PROVIDED ENTRIES section start

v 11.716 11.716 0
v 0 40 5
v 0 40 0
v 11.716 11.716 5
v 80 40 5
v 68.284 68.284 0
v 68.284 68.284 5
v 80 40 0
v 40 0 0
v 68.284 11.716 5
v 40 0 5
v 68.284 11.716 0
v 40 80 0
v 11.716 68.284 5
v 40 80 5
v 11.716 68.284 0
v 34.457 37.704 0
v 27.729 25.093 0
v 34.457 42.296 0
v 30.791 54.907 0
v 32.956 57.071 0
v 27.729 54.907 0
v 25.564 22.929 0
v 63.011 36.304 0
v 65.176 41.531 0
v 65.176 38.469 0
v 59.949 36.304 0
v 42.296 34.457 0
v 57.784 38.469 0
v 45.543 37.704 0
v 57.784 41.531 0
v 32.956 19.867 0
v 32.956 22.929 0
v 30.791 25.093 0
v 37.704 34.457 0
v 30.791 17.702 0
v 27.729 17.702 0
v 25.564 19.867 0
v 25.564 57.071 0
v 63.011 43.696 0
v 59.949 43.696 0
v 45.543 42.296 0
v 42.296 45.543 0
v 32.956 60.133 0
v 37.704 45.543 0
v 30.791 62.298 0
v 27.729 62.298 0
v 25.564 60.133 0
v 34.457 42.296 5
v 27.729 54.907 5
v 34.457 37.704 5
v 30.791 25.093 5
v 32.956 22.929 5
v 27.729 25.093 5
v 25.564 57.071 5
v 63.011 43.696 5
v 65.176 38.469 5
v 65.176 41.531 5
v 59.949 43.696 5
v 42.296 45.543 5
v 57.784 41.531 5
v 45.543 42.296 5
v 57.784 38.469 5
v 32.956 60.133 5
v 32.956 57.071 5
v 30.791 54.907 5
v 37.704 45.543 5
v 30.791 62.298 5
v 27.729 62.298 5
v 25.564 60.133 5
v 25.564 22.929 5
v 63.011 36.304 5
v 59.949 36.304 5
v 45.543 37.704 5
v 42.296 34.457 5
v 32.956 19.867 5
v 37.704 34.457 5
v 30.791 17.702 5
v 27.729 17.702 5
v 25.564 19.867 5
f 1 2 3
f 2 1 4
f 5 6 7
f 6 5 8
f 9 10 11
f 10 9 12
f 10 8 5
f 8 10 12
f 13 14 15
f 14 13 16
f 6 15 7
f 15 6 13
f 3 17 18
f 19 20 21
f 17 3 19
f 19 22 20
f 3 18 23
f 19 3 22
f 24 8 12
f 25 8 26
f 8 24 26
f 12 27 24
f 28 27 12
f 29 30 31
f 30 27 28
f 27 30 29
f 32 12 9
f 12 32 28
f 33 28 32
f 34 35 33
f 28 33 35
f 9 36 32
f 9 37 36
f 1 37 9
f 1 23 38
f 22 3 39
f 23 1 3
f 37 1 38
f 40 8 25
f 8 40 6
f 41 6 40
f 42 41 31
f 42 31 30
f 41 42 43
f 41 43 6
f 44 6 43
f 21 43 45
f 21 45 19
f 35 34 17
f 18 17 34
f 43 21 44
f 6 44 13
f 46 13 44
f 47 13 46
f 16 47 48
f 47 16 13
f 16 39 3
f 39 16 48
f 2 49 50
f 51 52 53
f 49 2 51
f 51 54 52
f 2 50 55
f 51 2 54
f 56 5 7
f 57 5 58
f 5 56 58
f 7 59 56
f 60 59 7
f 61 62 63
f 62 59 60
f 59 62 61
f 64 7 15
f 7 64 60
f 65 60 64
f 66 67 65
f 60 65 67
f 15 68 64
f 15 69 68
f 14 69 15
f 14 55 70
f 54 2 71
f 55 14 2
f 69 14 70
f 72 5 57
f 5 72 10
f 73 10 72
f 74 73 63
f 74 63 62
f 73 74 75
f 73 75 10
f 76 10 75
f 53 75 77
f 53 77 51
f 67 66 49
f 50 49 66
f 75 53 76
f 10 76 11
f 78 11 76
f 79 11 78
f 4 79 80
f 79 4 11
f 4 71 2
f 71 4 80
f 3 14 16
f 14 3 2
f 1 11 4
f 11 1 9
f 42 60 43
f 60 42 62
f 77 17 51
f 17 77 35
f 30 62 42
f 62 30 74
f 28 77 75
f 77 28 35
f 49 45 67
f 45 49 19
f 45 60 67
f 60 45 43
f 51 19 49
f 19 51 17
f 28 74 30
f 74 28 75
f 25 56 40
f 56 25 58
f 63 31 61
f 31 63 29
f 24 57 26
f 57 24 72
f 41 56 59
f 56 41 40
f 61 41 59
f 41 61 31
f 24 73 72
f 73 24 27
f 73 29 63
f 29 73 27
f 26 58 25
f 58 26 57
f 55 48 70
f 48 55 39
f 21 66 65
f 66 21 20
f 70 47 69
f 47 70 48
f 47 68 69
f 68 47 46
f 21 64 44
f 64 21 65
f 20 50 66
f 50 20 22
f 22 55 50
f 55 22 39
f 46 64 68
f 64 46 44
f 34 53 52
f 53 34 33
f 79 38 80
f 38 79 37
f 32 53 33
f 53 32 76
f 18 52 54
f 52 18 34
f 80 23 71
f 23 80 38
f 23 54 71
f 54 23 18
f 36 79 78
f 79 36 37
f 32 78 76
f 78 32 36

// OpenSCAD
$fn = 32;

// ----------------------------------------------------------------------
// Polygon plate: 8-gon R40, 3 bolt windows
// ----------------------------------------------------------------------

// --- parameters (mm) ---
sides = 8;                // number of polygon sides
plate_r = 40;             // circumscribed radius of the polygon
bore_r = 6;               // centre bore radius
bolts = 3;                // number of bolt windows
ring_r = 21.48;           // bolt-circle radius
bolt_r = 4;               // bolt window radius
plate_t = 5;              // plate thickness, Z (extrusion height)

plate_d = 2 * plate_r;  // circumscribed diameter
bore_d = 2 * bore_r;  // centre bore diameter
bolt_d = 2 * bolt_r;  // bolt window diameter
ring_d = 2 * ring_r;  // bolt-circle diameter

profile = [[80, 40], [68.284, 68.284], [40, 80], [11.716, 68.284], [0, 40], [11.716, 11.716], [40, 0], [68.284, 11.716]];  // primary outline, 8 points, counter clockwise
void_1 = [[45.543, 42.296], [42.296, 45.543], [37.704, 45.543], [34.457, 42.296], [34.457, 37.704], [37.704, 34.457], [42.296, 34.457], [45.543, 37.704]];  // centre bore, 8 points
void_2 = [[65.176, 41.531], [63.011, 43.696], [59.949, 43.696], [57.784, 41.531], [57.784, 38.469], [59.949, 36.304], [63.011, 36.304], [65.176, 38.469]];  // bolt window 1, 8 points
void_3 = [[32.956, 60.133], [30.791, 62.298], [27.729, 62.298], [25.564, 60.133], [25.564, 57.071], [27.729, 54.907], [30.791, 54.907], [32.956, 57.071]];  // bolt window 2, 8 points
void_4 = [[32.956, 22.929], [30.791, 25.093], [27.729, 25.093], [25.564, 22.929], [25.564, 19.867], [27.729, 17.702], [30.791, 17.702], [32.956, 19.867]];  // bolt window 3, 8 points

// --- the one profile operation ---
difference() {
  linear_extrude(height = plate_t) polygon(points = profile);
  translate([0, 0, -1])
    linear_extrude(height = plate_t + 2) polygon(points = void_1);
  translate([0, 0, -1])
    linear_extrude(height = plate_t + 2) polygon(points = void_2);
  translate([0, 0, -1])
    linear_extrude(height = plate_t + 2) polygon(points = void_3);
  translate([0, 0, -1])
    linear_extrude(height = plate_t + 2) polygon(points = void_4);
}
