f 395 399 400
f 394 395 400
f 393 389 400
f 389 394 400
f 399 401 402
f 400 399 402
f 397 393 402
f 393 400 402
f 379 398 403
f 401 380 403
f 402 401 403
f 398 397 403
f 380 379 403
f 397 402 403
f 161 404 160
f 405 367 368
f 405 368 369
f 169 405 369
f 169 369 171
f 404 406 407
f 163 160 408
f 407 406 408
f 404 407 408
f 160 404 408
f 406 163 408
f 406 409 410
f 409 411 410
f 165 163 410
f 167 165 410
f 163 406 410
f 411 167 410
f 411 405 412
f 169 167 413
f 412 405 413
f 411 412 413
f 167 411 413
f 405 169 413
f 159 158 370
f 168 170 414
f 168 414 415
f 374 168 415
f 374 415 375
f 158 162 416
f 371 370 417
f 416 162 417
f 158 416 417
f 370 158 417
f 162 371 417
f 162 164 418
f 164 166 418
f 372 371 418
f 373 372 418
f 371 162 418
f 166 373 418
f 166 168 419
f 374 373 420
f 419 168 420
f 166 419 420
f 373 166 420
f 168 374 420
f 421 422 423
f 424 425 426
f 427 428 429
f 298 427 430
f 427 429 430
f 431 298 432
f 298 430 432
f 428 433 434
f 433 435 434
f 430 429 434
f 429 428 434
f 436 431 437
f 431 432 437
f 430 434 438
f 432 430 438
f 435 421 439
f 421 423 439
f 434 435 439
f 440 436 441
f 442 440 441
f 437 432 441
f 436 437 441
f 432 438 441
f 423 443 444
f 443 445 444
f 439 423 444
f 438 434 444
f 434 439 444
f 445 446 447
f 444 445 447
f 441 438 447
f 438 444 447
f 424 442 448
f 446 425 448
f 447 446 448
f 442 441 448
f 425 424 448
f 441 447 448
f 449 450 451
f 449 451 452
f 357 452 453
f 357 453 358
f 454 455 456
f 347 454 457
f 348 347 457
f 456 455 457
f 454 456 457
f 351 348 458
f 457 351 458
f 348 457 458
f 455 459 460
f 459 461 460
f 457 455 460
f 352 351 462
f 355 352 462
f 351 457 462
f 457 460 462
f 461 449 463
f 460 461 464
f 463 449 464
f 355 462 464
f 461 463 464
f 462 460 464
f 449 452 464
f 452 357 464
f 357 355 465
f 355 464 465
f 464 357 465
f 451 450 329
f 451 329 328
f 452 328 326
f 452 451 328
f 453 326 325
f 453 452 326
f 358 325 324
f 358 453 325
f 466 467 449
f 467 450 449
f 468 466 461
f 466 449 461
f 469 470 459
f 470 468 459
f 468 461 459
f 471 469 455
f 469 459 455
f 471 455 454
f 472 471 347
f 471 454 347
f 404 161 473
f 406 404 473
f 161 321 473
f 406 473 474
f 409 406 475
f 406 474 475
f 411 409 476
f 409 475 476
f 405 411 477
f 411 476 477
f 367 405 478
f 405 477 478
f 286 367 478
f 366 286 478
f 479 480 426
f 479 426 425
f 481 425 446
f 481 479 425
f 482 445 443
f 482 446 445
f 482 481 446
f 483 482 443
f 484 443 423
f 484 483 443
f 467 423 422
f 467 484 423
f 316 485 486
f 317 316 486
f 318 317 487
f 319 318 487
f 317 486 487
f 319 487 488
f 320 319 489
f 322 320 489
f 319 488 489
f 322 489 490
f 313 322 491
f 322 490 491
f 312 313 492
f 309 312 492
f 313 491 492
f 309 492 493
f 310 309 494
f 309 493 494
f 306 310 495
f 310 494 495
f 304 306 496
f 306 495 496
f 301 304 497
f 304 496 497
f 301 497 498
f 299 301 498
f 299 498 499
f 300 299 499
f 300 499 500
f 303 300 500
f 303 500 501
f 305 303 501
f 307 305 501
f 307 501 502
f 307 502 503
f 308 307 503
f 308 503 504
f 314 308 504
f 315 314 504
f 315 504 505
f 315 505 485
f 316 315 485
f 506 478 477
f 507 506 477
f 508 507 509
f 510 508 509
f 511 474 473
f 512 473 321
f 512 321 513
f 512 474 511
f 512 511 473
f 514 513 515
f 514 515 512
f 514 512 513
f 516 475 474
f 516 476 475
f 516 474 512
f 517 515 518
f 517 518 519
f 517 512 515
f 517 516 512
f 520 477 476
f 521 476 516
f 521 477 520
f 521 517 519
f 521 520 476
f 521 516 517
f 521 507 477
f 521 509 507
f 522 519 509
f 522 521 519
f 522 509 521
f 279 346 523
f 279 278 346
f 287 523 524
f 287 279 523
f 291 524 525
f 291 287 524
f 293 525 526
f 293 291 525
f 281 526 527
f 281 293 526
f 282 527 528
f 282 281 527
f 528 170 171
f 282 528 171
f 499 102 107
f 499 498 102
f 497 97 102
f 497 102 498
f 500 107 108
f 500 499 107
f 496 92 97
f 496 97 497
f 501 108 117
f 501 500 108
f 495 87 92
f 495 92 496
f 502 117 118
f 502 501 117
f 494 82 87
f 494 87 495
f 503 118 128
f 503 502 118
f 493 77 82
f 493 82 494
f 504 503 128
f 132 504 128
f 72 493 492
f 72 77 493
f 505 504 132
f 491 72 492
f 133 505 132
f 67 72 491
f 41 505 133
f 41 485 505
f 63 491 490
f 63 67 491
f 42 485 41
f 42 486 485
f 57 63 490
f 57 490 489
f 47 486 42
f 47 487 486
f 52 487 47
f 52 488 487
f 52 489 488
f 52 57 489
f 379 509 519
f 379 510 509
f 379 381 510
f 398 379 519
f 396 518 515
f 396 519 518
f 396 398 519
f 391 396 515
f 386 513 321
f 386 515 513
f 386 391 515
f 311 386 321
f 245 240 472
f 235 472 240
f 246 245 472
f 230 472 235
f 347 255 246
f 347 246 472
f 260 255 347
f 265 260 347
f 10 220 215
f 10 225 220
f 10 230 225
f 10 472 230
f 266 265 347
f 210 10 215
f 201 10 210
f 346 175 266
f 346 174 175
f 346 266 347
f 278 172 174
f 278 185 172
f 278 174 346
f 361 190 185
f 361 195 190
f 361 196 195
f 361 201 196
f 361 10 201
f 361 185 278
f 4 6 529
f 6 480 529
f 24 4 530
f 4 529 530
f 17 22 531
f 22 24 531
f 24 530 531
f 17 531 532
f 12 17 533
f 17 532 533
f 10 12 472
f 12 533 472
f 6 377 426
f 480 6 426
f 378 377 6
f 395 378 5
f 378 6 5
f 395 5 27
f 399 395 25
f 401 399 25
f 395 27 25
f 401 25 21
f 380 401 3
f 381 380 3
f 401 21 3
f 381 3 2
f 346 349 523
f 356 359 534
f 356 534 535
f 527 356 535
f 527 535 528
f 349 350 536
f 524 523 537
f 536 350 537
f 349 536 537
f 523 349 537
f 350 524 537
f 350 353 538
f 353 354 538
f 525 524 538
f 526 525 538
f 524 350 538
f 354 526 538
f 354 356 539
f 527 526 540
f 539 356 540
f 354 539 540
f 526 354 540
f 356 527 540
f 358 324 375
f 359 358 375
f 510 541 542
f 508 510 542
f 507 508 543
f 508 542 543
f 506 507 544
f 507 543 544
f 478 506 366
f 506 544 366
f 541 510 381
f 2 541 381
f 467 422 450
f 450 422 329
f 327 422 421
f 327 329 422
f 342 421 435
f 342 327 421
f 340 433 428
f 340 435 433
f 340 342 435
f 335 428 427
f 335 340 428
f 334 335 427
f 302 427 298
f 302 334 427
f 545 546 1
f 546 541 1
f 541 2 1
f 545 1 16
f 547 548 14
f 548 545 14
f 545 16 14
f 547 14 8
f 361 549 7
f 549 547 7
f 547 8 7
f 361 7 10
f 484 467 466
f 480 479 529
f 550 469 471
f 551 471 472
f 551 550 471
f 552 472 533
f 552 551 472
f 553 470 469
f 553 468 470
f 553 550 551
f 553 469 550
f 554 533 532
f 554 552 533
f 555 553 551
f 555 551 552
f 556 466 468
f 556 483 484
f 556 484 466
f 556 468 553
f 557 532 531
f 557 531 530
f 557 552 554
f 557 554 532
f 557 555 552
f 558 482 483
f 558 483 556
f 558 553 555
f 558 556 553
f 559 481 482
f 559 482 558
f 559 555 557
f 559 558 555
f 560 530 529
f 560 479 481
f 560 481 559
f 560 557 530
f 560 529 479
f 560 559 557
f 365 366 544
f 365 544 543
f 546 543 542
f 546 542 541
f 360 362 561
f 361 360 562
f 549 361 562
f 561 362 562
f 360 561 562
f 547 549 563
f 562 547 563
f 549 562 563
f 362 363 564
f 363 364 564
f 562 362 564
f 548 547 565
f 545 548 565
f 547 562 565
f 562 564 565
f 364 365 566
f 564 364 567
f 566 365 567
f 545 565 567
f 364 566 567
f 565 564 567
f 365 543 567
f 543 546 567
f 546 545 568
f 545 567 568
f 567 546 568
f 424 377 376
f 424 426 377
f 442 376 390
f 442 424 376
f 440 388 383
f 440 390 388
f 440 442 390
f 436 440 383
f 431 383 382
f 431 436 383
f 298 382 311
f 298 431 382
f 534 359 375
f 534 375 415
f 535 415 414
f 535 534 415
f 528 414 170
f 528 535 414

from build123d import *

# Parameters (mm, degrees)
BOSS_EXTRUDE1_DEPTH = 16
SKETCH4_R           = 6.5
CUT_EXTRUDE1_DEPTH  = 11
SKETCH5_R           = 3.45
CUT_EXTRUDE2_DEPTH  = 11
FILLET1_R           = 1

PROVIDED ENTRIES section end

# ABOUT THIS EXERCISE
Word for word, restate the lines of the data above that fall between the line holding "f 235 472 240" and the line holding "f 12 17 533", inclusive, and no other lines.

# FINISHED TASK
f 235 472 240
f 246 245 472
f 230 472 235
f 347 255 246
f 347 246 472
f 260 255 347
f 265 260 347
f 10 220 215
f 10 225 220
f 10 230 225
f 10 472 230
f 266 265 347
f 210 10 215
f 201 10 210
f 346 175 266
f 346 174 175
f 346 266 347
f 278 172 174
f 278 185 172
f 278 174 346
f 361 190 185
f 361 195 190
f 361 196 195
f 361 201 196
f 361 10 201
f 361 185 278
f 4 6 529
f 6 480 529
f 24 4 530
f 4 529 530
f 17 22 531
f 22 24 531
f 24 530 531
f 17 531 532
f 12 17 533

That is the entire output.